コロナ変異株、対策徹底を 感染力増し拡大懸念 専門家「ワクチンも効果望める」

2021年3月23日 07時52分
 従来より感染力が強いとされる変異した新型コロナウイルス(変異株)が、国内で広がっている。首都圏に出されていた国の緊急事態宣言は二十一日で解除されたが、各地で変異株のクラスター(感染者集団)が発生するなど第四波の到来が懸念される。進学や転勤で人が多く移動するこの時季。専門家は引き続き感染対策を徹底するよう呼び掛ける。 (細川暁子、植木創太)

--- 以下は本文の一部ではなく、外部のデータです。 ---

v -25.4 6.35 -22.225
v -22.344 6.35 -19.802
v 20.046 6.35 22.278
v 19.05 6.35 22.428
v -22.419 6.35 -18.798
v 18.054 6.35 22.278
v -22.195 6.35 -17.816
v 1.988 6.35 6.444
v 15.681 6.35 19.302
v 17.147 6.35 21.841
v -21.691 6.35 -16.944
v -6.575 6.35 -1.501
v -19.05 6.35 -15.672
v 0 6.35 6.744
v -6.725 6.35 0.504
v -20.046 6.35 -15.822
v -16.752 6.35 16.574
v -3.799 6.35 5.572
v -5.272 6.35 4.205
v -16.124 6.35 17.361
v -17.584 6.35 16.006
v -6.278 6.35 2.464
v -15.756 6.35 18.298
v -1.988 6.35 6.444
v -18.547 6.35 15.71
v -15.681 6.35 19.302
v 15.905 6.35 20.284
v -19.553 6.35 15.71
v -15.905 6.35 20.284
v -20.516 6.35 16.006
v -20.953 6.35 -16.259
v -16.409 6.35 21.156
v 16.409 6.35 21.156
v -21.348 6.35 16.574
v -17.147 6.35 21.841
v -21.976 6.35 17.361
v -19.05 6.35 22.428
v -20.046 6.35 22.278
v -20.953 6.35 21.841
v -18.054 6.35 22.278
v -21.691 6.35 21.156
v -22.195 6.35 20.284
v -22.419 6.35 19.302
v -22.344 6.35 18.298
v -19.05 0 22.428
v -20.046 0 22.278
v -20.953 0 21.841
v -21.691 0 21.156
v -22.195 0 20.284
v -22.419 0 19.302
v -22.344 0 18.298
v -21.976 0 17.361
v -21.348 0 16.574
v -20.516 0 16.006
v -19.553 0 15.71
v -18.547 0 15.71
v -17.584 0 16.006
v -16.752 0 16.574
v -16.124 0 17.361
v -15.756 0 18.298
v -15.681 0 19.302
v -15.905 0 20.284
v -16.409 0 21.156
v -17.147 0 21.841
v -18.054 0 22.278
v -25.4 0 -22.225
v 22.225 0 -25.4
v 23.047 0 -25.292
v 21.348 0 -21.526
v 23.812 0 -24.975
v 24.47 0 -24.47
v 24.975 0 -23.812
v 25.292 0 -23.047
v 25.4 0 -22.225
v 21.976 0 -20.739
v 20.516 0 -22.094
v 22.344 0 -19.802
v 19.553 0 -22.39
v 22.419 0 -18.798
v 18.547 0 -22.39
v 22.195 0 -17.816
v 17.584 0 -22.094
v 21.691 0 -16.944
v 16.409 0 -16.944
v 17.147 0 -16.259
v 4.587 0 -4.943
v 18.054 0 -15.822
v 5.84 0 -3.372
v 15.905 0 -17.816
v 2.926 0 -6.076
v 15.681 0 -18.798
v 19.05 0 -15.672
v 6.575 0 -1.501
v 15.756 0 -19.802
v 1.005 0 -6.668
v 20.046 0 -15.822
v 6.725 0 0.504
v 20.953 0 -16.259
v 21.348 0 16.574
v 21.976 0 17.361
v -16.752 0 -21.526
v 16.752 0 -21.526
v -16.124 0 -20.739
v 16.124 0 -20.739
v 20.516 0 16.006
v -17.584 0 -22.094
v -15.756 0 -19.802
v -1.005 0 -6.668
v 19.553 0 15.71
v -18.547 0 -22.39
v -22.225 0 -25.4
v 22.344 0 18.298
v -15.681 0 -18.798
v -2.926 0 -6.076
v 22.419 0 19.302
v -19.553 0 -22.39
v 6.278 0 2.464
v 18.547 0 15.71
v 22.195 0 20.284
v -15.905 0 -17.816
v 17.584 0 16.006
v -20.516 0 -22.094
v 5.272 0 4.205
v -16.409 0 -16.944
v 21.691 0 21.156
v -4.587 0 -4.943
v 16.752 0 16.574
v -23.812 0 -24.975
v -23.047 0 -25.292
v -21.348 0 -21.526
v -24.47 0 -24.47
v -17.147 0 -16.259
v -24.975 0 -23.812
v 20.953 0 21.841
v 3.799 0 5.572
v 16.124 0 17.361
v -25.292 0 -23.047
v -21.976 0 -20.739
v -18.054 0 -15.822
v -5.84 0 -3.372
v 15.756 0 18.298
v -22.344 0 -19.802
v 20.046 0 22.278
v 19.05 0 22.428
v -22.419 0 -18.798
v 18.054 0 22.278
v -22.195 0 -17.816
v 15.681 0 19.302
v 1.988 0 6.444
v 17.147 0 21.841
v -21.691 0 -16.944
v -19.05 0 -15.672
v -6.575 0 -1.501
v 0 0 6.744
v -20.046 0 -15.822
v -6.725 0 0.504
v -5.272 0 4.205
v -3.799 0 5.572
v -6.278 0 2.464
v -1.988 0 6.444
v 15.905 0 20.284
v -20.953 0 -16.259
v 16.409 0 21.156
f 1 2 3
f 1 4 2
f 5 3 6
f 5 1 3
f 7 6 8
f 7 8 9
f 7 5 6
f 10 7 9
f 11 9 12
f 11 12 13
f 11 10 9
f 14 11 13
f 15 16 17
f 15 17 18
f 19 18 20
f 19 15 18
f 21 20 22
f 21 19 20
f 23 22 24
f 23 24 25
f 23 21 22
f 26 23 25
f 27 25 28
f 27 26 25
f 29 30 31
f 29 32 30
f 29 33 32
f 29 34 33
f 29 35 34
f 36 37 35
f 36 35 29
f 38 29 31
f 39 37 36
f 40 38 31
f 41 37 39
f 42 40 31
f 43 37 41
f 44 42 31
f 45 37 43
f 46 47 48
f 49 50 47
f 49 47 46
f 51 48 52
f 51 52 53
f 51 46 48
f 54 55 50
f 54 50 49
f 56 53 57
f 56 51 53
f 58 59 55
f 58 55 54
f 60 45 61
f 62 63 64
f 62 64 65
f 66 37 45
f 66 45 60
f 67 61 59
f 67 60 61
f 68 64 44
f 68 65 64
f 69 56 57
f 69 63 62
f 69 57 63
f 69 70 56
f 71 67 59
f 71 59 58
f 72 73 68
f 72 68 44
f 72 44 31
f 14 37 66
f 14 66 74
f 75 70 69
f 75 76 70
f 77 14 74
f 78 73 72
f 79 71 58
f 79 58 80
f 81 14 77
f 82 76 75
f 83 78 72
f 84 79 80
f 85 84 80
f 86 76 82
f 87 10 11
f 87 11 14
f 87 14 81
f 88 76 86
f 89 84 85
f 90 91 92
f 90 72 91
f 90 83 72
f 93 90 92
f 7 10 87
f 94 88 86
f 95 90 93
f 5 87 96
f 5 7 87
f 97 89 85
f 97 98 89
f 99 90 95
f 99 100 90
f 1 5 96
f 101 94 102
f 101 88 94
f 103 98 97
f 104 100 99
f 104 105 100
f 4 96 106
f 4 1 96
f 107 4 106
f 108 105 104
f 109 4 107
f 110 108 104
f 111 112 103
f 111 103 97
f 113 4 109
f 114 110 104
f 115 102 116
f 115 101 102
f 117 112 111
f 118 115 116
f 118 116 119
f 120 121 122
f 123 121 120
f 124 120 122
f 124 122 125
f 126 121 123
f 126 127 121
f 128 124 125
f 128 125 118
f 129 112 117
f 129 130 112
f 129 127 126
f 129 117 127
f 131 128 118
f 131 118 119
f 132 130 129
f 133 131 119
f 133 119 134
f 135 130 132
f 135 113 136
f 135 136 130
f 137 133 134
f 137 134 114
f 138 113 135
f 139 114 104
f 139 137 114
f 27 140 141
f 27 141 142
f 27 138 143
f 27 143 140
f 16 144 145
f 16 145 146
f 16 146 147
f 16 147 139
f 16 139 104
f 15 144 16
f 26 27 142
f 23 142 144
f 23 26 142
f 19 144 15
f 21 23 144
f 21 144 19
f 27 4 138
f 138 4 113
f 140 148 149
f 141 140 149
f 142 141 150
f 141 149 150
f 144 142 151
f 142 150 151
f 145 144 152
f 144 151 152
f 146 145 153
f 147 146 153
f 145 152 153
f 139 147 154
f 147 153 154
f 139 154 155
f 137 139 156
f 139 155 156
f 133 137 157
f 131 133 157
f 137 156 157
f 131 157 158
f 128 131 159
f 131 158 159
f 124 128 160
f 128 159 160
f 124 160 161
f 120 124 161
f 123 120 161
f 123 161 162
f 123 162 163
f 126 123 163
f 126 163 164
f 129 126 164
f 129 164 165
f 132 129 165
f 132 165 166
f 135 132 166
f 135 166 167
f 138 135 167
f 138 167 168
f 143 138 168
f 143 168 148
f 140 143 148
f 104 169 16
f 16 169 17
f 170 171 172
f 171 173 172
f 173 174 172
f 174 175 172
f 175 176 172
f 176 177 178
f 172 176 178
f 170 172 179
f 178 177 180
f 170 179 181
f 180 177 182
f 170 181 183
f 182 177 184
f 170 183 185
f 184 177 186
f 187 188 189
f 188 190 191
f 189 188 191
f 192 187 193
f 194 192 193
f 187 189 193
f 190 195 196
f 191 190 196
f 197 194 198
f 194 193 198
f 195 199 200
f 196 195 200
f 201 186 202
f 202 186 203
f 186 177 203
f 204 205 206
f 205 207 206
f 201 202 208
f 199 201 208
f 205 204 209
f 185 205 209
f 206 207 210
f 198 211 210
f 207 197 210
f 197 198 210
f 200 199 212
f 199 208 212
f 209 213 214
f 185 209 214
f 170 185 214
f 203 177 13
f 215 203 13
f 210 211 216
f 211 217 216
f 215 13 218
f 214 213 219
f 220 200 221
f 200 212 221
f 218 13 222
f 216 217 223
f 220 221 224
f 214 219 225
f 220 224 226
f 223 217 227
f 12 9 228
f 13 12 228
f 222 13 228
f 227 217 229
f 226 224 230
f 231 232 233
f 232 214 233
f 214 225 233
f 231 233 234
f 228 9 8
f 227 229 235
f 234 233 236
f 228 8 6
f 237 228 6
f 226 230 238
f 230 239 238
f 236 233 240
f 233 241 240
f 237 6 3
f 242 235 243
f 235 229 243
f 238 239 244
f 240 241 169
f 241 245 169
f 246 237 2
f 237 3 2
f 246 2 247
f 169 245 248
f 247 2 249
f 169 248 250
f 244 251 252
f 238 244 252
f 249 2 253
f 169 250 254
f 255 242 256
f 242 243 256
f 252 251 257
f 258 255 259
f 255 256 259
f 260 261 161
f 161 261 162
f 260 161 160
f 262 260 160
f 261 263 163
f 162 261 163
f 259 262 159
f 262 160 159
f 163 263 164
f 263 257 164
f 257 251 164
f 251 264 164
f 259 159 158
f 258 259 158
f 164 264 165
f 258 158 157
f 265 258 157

 国が監視を続ける主な変異株は英国、南アフリカ、ブラジルで報告されている三種類だ。厚生労働省の集計では十六日時点で、これら三カ国由来の国内感染例は三百九十九人。うち三百七十四人が英国由来だ。前回発表の九日時点から五道県が増え、感染は二十六都道府県に広がった。

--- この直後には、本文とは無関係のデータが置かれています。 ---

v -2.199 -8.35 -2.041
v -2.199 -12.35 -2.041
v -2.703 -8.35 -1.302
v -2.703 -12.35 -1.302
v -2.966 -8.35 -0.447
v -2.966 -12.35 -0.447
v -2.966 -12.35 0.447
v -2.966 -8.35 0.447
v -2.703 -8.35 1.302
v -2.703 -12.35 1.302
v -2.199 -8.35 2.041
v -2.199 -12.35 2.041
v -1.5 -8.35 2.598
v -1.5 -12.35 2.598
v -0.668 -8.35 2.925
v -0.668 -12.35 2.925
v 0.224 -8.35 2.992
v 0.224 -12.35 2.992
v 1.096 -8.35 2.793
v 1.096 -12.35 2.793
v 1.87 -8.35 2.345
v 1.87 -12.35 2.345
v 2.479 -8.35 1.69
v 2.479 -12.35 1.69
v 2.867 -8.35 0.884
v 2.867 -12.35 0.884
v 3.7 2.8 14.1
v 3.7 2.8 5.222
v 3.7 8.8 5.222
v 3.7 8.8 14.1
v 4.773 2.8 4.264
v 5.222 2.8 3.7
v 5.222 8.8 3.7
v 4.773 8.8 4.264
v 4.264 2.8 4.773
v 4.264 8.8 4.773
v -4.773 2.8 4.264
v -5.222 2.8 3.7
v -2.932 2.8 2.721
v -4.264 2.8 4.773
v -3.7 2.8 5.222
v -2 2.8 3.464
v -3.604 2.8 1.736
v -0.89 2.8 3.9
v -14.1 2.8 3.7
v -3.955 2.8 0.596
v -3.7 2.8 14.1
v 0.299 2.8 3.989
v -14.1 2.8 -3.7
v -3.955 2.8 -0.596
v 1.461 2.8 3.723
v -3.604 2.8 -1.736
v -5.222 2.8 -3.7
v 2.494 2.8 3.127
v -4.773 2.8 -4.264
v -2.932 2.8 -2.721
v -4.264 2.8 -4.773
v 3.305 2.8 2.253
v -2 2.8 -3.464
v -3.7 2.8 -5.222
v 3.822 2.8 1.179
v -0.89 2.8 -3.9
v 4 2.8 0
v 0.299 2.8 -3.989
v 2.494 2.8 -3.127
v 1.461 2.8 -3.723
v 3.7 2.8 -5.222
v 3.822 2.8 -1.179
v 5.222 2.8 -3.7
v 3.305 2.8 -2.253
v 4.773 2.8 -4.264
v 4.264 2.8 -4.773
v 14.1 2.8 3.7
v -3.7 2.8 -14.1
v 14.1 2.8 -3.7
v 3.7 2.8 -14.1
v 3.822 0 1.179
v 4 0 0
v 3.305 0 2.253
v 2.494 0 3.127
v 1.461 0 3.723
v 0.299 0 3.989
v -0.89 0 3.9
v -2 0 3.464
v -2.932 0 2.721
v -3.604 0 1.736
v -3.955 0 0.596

 名古屋市立大客員教授(ウイルス学)の田中靖人さん(54)によると、新型コロナウイルスは、表面にあるとげ状のスパイクタンパク質が、鍵のようにヒトの細胞の受容体にはまると感染する。ウイルスは中に遺伝情報が詰まった設計図、RNA(リボ核酸)を持ち、それをコピーすることで細胞内で増殖。その過程で二週間に一度ほど起きるコピーミスが、変異だ。

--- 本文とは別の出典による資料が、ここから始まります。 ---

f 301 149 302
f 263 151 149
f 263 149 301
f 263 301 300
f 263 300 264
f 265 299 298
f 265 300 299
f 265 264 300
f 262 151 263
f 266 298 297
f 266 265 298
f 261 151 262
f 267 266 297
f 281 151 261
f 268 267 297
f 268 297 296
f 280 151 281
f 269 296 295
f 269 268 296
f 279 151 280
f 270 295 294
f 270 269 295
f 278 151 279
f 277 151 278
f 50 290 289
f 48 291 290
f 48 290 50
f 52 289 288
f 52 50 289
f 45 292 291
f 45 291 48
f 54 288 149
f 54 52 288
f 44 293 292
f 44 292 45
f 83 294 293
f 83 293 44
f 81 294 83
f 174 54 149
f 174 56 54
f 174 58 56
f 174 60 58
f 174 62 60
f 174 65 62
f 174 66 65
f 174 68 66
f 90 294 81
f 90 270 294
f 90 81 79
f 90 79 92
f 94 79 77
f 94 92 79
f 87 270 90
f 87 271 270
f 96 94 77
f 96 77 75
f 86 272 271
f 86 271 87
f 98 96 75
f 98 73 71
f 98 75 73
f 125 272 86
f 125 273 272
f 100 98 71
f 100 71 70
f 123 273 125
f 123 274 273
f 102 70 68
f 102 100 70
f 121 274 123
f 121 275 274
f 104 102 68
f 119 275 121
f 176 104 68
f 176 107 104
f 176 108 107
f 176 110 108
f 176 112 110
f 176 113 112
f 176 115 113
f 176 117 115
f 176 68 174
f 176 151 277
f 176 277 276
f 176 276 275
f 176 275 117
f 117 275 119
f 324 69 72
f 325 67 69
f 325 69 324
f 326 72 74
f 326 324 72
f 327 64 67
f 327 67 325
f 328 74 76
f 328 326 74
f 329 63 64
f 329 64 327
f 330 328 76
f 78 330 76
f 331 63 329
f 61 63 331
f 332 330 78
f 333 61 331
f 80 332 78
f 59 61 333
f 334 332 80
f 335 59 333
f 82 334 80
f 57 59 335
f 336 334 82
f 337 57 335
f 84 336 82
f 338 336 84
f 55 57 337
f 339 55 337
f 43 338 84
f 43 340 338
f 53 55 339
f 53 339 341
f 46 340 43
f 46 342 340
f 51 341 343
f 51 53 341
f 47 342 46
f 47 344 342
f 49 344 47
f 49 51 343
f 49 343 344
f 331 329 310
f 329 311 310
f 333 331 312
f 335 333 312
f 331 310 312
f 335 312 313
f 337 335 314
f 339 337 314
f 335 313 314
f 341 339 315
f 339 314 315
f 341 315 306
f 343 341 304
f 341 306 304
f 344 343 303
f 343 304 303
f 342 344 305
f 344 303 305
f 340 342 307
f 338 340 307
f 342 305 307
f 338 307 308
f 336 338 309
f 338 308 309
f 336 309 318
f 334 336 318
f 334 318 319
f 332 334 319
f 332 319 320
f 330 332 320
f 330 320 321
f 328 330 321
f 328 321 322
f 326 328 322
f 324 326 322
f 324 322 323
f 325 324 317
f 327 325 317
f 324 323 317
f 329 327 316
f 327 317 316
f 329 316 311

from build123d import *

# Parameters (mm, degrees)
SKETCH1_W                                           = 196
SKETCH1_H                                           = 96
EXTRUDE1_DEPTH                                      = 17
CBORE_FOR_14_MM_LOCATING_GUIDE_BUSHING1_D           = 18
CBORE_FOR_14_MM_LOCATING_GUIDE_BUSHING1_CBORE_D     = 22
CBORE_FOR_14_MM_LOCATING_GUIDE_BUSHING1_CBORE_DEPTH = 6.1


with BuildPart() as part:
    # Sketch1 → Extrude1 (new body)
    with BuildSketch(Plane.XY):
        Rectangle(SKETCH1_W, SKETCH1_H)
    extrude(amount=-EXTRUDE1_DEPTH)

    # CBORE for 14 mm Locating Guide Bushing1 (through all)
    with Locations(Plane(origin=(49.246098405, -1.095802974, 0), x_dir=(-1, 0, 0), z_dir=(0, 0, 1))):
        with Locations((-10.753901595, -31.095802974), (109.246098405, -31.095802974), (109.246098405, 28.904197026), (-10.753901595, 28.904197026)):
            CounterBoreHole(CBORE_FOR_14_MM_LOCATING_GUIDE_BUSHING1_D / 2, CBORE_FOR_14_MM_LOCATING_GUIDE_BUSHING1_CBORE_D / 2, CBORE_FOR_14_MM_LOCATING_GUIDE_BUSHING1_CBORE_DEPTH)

 ミスではまれに設計図の情報が置き換わったり、抜けたりする例がある。英国由来には、スパイクタンパク質に「N501Y」という変異がある。構造が変わり、ヒトの細胞の受容体にはまりやすくなったと考えられ、厚労省などによると感染力は従来の最大一・七倍という推定もある。
 南アフリカ、ブラジル由来には「N501Y」に加え「E484K」という変異も。感染拡大やワクチン接種で免疫を持つ人が増えたのを受け、ウイルスが性質を変える「エスケープ変異」だ。免疫の一つで、ワクチンなどで得た「抗体」がくっつきにくくなった結果、細胞との結合を阻む力が弱まったと考えられる。つまり、三カ国由来の株はどれも感染力が上昇したといえ、田中さんは「近いうちに変異株が主流になるだろう」と指摘する。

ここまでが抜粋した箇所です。